Golding now expecting general elections before Christmas
MANDEVILLE, Manchester – Opposition Leader Bruce Golding says he expects Prime Minister Portia Simpson Miller to call parliamentary elections before Christmas this year.
“Do not allow yourselves to be deceived or deluded into believing that because of Trafigura the elections will be put off until sometime next year,” Golding told an auditorium packed with opposition Jamaica Labour Party (JLP) workers and hardcore supporters at the Manchester High School late Sunday night.
“Don’t be surprised and I confidently expect that when I deliver my Christmas message this year I will be doing so from Jamaica House as Prime Minister of Jamaica,” Golding added to tumultuous applause.
The opposition leader was in Mandeville for the constituency conference of Central Manchester JLP caretaker Sally Porteous, who is to challenge the ruling People’s National Party’s (PNP’s) Vando Palmer in the upcoming elections. The seat is being vacated by the PNP’s John Junor, who will retire from representational politics come the parliamentary elections which are constitutionally due next year.
Such was the magnitude of Simpson Miller’s popularity when she took over leadership of the PNP and the government in late March following the retirement of her predecessor P J Patterson that it was widely expected that she would go to the polls this year.
However, a number of setbacks, not least among them the Trafigura scandal involving the PNP’s acceptance of a $31 million ‘gift’ from the Dutch oil trader Trafigura, which has a contractual arrangement with the Jamaican government to collect and re-sell Nigerian oil, have triggered a rethink for many analysts.
The delay – sometimes made worse by open quarrels and fractiousness – in finalising candidates for a number of constituencies has also been a source of great concern for the PNP. The ruling party is still to finally determine candidates for about 10 seats in the 60-seat House of Representatives.
But it is the Trafigura affair which was first made public by Golding earlier this month that has provided the biggest headache for the Simpson Miller administration. The impact has been such that the man at the centre of the ‘gift’ arrangement, Colin Campbell, was forced to resign as Information Minister and PNP General Secretary.
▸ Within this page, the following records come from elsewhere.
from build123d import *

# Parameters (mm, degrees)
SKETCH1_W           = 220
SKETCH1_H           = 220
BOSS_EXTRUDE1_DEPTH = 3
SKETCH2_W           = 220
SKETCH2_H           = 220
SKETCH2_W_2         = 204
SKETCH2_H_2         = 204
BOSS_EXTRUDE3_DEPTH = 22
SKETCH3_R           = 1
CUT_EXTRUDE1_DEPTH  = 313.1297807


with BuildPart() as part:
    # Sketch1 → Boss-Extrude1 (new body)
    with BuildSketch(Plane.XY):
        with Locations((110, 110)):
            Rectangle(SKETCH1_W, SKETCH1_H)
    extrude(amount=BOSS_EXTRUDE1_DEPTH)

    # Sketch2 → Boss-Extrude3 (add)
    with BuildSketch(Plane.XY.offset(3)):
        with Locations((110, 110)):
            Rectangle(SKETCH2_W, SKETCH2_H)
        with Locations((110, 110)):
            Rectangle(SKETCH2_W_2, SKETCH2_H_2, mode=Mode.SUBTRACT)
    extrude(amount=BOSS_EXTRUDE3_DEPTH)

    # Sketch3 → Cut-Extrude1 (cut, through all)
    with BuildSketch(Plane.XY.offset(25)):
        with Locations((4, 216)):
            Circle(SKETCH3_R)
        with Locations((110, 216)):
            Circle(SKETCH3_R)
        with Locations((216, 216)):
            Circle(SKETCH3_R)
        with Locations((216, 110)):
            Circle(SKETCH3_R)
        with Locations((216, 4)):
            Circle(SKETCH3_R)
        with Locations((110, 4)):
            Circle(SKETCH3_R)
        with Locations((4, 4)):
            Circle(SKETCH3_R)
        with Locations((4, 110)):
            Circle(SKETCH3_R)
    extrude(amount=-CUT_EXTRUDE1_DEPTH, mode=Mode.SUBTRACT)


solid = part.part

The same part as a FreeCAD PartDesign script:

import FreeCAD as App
import Part
import Sketcher

V = App.Vector

doc = App.newDocument("Part")
body = doc.addObject("PartDesign::Body", "Body")

sketch1 = body.newObject("Sketcher::SketchObject", "Sketch")
sketch1.AttachmentSupport = (doc.getObject("XY_Plane"), [""])
sketch1.MapMode = "FlatFace"
sketch1.addGeometry(Part.LineSegment(V(0, 220, 0), V(0, 0, 0)), False)
sketch1.addGeometry(Part.LineSegment(V(0, 0, 0), V(220, 0, 0)), False)
sketch1.addGeometry(Part.LineSegment(V(220, 0, 0), V(220, 220, 0)), False)
sketch1.addGeometry(Part.LineSegment(V(220, 220, 0), V(0, 220, 0)), False)
sketch1.addConstraint(Sketcher.Constraint("Coincident", 0, 2, 1, 1))
sketch1.addConstraint(Sketcher.Constraint("Coincident", 1, 2, 2, 1))
sketch1.addConstraint(Sketcher.Constraint("Coincident", 2, 2, 3, 1))
sketch1.addConstraint(Sketcher.Constraint("Coincident", 3, 2, 0, 1))
sketch1.addConstraint(Sketcher.Constraint("Vertical", 0))
sketch1.addConstraint(Sketcher.Constraint("Horizontal", 1))
sketch1.addConstraint(Sketcher.Constraint("Vertical", 2))
sketch1.addConstraint(Sketcher.Constraint("Horizontal", 3))
sketch1.addConstraint(Sketcher.Constraint("Coincident", 0, 2, -1, 1))
sketch1.addConstraint(Sketcher.Constraint("Equal", 3, 0))
sketch1.addConstraint(Sketcher.Constraint("DistanceX", 1, 1, 1, 2, 220.0))
pad1 = body.newObject("PartDesign::Pad", "Pad")
pad1.Profile = sketch1
pad1.Length = 3

sketch2 = body.newObject("Sketcher::SketchObject", "Sketch001")
sketch2.AttachmentSupport = (doc.getObject("XY_Plane"), [""])
sketch2.MapMode = "FlatFace"
sketch2.AttachmentOffset = App.Placement(V(0, 0, 3), App.Rotation())
sketch2.addGeometry(Part.LineSegment(V(0, 220, 0), V(0, 0, 0)), False)
sketch2.addGeometry(Part.LineSegment(V(0, 0, 0), V(220, 0, 0)), False)
sketch2.addGeometry(Part.LineSegment(V(220, 0, 0), V(220, 220, 0)), False)
sketch2.addGeometry(Part.LineSegment(V(220, 220, 0), V(0, 220, 0)), False)
sketch2.addGeometry(Part.LineSegment(V(212, 8, 0), V(8, 8, 0)), False)
sketch2.addGeometry(Part.LineSegment(V(8, 8, 0), V(8, 212, 0)), False)
sketch2.addGeometry(Part.LineSegment(V(8, 212, 0), V(212, 212, 0)), False)
sketch2.addGeometry(Part.LineSegment(V(212, 212, 0), V(212, 8, 0)), False)
sketch2.addConstraint(Sketcher.Constraint("Coincident", 0, 2, 1, 1))
sketch2.addConstraint(Sketcher.Constraint("Coincident", 1, 2, 2, 1))
sketch2.addConstraint(Sketcher.Constraint("Coincident", 2, 2, 3, 1))
sketch2.addConstraint(Sketcher.Constraint("Coincident", 3, 2, 0, 1))
sketch2.addConstraint(Sketcher.Constraint("Coincident", 4, 2, 5, 1))
sketch2.addConstraint(Sketcher.Constraint("Coincident", 5, 2, 6, 1))
sketch2.addConstraint(Sketcher.Constraint("Coincident", 6, 2, 7, 1))
sketch2.addConstraint(Sketcher.Constraint("Coincident", 7, 2, 4, 1))
sketch2.addConstraint(Sketcher.Constraint("Vertical", 0))
sketch2.addConstraint(Sketcher.Constraint("Horizontal", 1))
sketch2.addConstraint(Sketcher.Constraint("Vertical", 2))
sketch2.addConstraint(Sketcher.Constraint("Horizontal", 3))
sketch2.addConstraint(Sketcher.Constraint("Horizontal", 4))
sketch2.addConstraint(Sketcher.Constraint("Vertical", 5))
sketch2.addConstraint(Sketcher.Constraint("Horizontal", 6))
sketch2.addConstraint(Sketcher.Constraint("Vertical", 7))
sketch2.addConstraint(Sketcher.Constraint("Coincident", 0, 2, -1, 1))
sketch2.addConstraint(Sketcher.Constraint("Equal", 3, 0))
sketch2.addConstraint(Sketcher.Constraint("Equal", 6, 5))
sketch2.addConstraint(Sketcher.Constraint("DistanceX", 1, 1, 1, 2, 220.0))
sketch2.addConstraint(Sketcher.Constraint("DistanceX", 4, 2, 4, 1, 204.0))
sketch2.addConstraint(Sketcher.Constraint("DistanceX", -1, 1, 4, 2, 8.0))
sketch2.addConstraint(Sketcher.Constraint("DistanceY", -1, 1, 4, 2, 8.0))
pad2 = body.newObject("PartDesign::Pad", "Pad001")
pad2.Profile = sketch2
pad2.Length = 22

sketch3 = body.newObject("Sketcher::SketchObject", "Sketch002")
sketch3.AttachmentSupport = (doc.getObject("XY_Plane"), [""])
sketch3.MapMode = "FlatFace"
sketch3.AttachmentOffset = App.Placement(V(0, 0, 25), App.Rotation())
sketch3.addGeometry(Part.Circle(V(4, 216, 0), V(0, 0, 1), 1), False)
sketch3.addGeometry(Part.Circle(V(110, 216, 0), V(0, 0, 1), 1), False)
sketch3.addGeometry(Part.Circle(V(216, 216, 0), V(0, 0, 1), 1), False)
sketch3.addGeometry(Part.Circle(V(216, 110, 0), V(0, 0, 1), 1), False)
sketch3.addGeometry(Part.Circle(V(216, 4, 0), V(0, 0, 1), 1), False)
sketch3.addGeometry(Part.Circle(V(110, 4, 0), V(0, 0, 1), 1), False)
sketch3.addGeometry(Part.Circle(V(4, 4, 0), V(0, 0, 1), 1), False)
sketch3.addGeometry(Part.Circle(V(4, 110, 0), V(0, 0, 1), 1), False)
sketch3.addConstraint(Sketcher.Constraint("Equal", 0, 1))
sketch3.addConstraint(Sketcher.Constraint("Equal", 1, 2))
sketch3.addConstraint(Sketcher.Constraint("Equal", 2, 3))
sketch3.addConstraint(Sketcher.Constraint("Equal", 3, 4))
sketch3.addConstraint(Sketcher.Constraint("Equal", 4, 5))
sketch3.addConstraint(Sketcher.Constraint("Equal", 5, 6))
sketch3.addConstraint(Sketcher.Constraint("Equal", 6, 7))
sketch3.addConstraint(Sketcher.Constraint("Horizontal", 0, 3, 1, 3))
sketch3.addConstraint(Sketcher.Constraint("Horizontal", 1, 3, 2, 3))
sketch3.addConstraint(Sketcher.Constraint("Horizontal", 4, 3, 5, 3))
sketch3.addConstraint(Sketcher.Constraint("Horizontal", 5, 3, 6, 3))
sketch3.addConstraint(Sketcher.Constraint("Horizontal", 3, 3, 7, 3))
sketch3.addConstraint(Sketcher.Constraint("Vertical", 2, 3, 3, 3))
sketch3.addConstraint(Sketcher.Constraint("Vertical", 3, 3, 4, 3))
sketch3.addConstraint(Sketcher.Constraint("Vertical", 1, 3, 5, 3))
sketch3.addConstraint(Sketcher.Constraint("Vertical", 0, 3, 6, 3))
sketch3.addConstraint(Sketcher.Constraint("Vertical", 6, 3, 7, 3))
sketch3.addConstraint(Sketcher.Constraint("Diameter", 0, 2.0))
sketch3.addConstraint(Sketcher.Constraint("DistanceX", -1, 1, 0, 3, 4.0))
sketch3.addConstraint(Sketcher.Constraint("DistanceY", -1, 1, 0, 3, 216.0))
sketch3.addConstraint(Sketcher.Constraint("DistanceX", -1, 1, 1, 3, 110.0))
sketch3.addConstraint(Sketcher.Constraint("DistanceX", -1, 1, 2, 3, 216.0))
sketch3.addConstraint(Sketcher.Constraint("DistanceY", -1, 1, 3, 3, 110.0))
sketch3.addConstraint(Sketcher.Constraint("DistanceY", -1, 1, 4, 3, 4.0))
pocket1 = body.newObject("PartDesign::Pocket", "Pocket")
pocket1.Profile = sketch3
pocket1.Type = "ThroughAll"

doc.recompute()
As a result, some analysts have been anticipating that the Prime Minister would delay going to the polls until after the ICC Cricket World Cup in March and April, thereby giving her party time to repair the damage.
But according to Golding, elections were now likely before year-end because “there is a view that is now gaining greater currency within the government and within the People’s National Party that the longer you wait the worse it is going to be and there is a view that is being expressed with . persuasive authority that you better call it quick before it gets worse”.
As a result, he said, he was passing on the message to his party organisation that if there was anything left that needed to be done before the elections, it should be done “quickly”.
A confident Golding declared that he was “looking forward to these elections” because of a sense he had picked up on the campaign trail of “an anxiety, a hope, an impatience, a yearning for a government that has the kind of vision that is inclusive, that creates space for everybody, that point people forward”.
The mission for the JLP, he said, was not just to win the election and take political power, but to build a revolution that would change forever, the way politics is conducted and the way government is run.
He claimed that the Memorandum of Under-standing (MOU) on the basis of which he returned to the PNP in 2002 after leaving in the ’90s to form the National Democratic Movement (NDM) was “alive and well”.
Among the changes that would be implemented should the JLP take power would be a fixed election date and a special prosecutor to investigate fraud and corruption involving public and elected officials, he said. In the same way petty thieves were sent to jail, so too should highly placed officials when found guilty of robbing the public purse, Golding said.
He repeated that a government run by him would find $500 million annually to make high school education tuition-free for all and $1.6 billion would be found to abolish user fees in the public health system. Money would also be budgeted to ensure the maintenance of infrastructure in each of the 60 constituencies.
Building on a theme that was carried by speakers before him, Golding claimed Simpson Miller had lost control of the government. In fact, he said, there were members of the government who were “not even talking to each other”.
He claimed that Simpson Miller had “nobody to blame but herself” after failing to take proper control of the reins. He suggested that the prime minister had been dreaming of taking on the top job for 20 years, but now that she had it, she did not know what to do.